(Stored data entries)
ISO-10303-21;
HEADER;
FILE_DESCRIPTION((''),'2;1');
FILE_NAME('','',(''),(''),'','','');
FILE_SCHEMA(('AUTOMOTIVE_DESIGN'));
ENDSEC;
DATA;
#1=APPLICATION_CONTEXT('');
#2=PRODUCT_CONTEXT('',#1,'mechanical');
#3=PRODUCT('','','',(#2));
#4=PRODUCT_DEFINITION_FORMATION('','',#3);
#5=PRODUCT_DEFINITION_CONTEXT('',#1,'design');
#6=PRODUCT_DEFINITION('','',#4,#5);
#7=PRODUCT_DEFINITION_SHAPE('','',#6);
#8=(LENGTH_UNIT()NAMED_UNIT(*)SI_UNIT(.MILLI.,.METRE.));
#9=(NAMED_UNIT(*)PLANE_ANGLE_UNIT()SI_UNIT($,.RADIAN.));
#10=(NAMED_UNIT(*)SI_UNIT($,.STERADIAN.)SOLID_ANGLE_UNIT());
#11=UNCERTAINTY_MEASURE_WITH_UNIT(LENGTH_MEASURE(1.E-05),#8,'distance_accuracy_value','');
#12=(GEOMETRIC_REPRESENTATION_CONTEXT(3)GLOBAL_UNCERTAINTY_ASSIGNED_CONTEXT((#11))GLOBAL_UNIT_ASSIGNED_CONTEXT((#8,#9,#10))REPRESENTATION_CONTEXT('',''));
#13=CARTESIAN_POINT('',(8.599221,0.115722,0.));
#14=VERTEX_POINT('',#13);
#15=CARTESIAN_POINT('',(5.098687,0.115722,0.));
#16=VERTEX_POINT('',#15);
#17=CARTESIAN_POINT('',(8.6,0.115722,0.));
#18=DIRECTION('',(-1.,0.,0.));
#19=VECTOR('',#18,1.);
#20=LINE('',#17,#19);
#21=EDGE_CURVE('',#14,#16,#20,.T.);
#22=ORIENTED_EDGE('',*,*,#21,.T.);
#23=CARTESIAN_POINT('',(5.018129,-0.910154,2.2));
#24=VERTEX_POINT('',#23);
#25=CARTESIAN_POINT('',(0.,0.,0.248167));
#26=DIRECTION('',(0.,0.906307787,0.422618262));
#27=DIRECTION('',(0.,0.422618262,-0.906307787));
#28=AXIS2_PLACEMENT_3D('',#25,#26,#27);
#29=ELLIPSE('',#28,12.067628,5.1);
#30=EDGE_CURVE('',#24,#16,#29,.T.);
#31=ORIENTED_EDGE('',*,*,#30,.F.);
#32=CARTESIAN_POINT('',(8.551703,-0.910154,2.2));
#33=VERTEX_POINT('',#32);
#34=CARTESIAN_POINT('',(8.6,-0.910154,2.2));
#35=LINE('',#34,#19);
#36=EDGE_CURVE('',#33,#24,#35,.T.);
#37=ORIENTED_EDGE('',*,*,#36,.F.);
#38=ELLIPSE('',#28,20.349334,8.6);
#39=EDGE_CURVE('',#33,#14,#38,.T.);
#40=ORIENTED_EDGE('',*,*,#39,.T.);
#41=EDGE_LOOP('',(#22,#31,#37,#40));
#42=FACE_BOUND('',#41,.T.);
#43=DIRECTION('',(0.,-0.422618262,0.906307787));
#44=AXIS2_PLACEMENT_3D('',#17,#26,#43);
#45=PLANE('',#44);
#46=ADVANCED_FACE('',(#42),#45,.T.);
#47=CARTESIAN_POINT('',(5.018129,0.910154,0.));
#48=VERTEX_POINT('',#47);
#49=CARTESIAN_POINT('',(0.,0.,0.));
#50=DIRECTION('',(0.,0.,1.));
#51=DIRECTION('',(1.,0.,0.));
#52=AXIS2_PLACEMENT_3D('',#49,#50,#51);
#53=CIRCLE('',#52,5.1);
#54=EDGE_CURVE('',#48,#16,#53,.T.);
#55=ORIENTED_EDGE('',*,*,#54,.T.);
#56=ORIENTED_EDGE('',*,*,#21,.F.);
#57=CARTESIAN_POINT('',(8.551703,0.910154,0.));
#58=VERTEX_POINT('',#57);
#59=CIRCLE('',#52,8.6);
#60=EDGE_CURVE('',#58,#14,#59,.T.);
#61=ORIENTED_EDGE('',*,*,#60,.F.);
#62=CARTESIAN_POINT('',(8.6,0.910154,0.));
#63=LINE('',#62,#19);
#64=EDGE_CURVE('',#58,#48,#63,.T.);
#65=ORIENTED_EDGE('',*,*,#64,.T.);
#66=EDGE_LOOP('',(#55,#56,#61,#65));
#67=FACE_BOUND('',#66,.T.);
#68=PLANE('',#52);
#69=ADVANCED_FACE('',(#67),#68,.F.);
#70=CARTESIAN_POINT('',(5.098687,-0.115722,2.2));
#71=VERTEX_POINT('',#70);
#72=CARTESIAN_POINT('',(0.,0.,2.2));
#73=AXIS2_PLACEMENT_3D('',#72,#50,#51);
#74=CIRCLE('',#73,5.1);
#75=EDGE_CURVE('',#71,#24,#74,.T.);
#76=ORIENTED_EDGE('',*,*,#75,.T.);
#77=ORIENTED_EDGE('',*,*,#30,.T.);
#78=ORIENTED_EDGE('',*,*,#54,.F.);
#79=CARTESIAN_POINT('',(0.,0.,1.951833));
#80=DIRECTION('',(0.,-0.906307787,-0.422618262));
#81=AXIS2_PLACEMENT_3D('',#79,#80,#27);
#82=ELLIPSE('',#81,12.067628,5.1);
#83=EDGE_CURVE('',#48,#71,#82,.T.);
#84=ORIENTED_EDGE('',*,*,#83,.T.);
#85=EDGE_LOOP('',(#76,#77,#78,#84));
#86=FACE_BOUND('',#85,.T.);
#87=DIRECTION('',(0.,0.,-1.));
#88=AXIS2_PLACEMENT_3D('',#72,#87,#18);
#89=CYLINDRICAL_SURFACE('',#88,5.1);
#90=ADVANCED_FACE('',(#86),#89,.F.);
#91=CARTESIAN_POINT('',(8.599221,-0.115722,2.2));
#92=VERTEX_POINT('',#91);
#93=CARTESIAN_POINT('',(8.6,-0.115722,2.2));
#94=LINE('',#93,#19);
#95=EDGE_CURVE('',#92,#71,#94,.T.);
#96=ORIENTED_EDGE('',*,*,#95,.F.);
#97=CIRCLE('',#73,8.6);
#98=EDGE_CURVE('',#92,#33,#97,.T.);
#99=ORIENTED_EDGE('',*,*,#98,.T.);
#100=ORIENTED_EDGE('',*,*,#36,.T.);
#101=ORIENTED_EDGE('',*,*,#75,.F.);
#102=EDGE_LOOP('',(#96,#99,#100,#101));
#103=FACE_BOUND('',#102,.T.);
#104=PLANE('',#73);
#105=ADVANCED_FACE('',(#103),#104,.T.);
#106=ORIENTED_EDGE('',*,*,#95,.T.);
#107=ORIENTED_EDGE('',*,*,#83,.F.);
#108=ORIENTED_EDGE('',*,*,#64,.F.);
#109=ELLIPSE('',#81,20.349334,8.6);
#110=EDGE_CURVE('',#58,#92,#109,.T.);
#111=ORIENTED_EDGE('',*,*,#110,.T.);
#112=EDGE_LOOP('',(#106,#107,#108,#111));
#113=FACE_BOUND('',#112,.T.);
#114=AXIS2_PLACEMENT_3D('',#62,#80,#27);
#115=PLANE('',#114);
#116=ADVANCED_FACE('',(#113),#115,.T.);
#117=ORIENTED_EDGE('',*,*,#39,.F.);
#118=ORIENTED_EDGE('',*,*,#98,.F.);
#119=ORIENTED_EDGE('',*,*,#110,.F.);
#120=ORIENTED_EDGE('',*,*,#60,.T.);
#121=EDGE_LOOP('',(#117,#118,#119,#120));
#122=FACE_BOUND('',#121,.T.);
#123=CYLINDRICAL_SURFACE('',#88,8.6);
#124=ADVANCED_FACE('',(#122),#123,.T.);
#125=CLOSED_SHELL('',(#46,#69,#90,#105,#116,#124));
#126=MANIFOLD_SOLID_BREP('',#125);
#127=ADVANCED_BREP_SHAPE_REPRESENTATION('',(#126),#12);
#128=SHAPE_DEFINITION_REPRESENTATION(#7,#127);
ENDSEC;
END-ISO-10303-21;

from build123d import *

# Parameters (mm, degrees)
SKICA1_R                 = 8.6
SKICA1_R_2               = 5.1
VYSUNOUT1_DEPTH          = 2.2
ODEBRAT_VYSUNUT_M1_DEPTH = 13.359611644


with BuildPart() as part:
    # Skica1 → Vysunout1 (new body)
    with BuildSketch(Plane.XY):
        Circle(SKICA1_R)
        Circle(SKICA1_R_2, mode=Mode.SUBTRACT)
    extrude(amount=VYSUNOUT1_DEPTH)

    # Skica2 → Odebrat vysunutím1 (cut, through all)
    with BuildSketch(Plane(origin=(0, 0, 0), x_dir=(0, 0, -1), z_dir=(1, 0, 0))):
        Polygon((0, 0.115722373), (-2.2, -0.910154475), (-2.2, -0.115722373), (0, 0.910154475), align=None)
    extrude(amount=ODEBRAT_VYSUNUT_M1_DEPTH, mode=Mode.SUBTRACT)


solid = part.part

**YOUR OBJECTIVE:** Which lines above run from the one containing "#18=DIRECTION('',(-1.,0.,0.));" to the one containing "#29=ELLIPSE('',#28,12.067628,5.1);"? Give them again exactly, both ends included.

**RESPONSE BELOW:**
#18=DIRECTION('',(-1.,0.,0.));
#19=VECTOR('',#18,1.);
#20=LINE('',#17,#19);
#21=EDGE_CURVE('',#14,#16,#20,.T.);
#22=ORIENTED_EDGE('',*,*,#21,.T.);
#23=CARTESIAN_POINT('',(5.018129,-0.910154,2.2));
#24=VERTEX_POINT('',#23);
#25=CARTESIAN_POINT('',(0.,0.,0.248167));
#26=DIRECTION('',(0.,0.906307787,0.422618262));
#27=DIRECTION('',(0.,0.422618262,-0.906307787));
#28=AXIS2_PLACEMENT_3D('',#25,#26,#27);
#29=ELLIPSE('',#28,12.067628,5.1);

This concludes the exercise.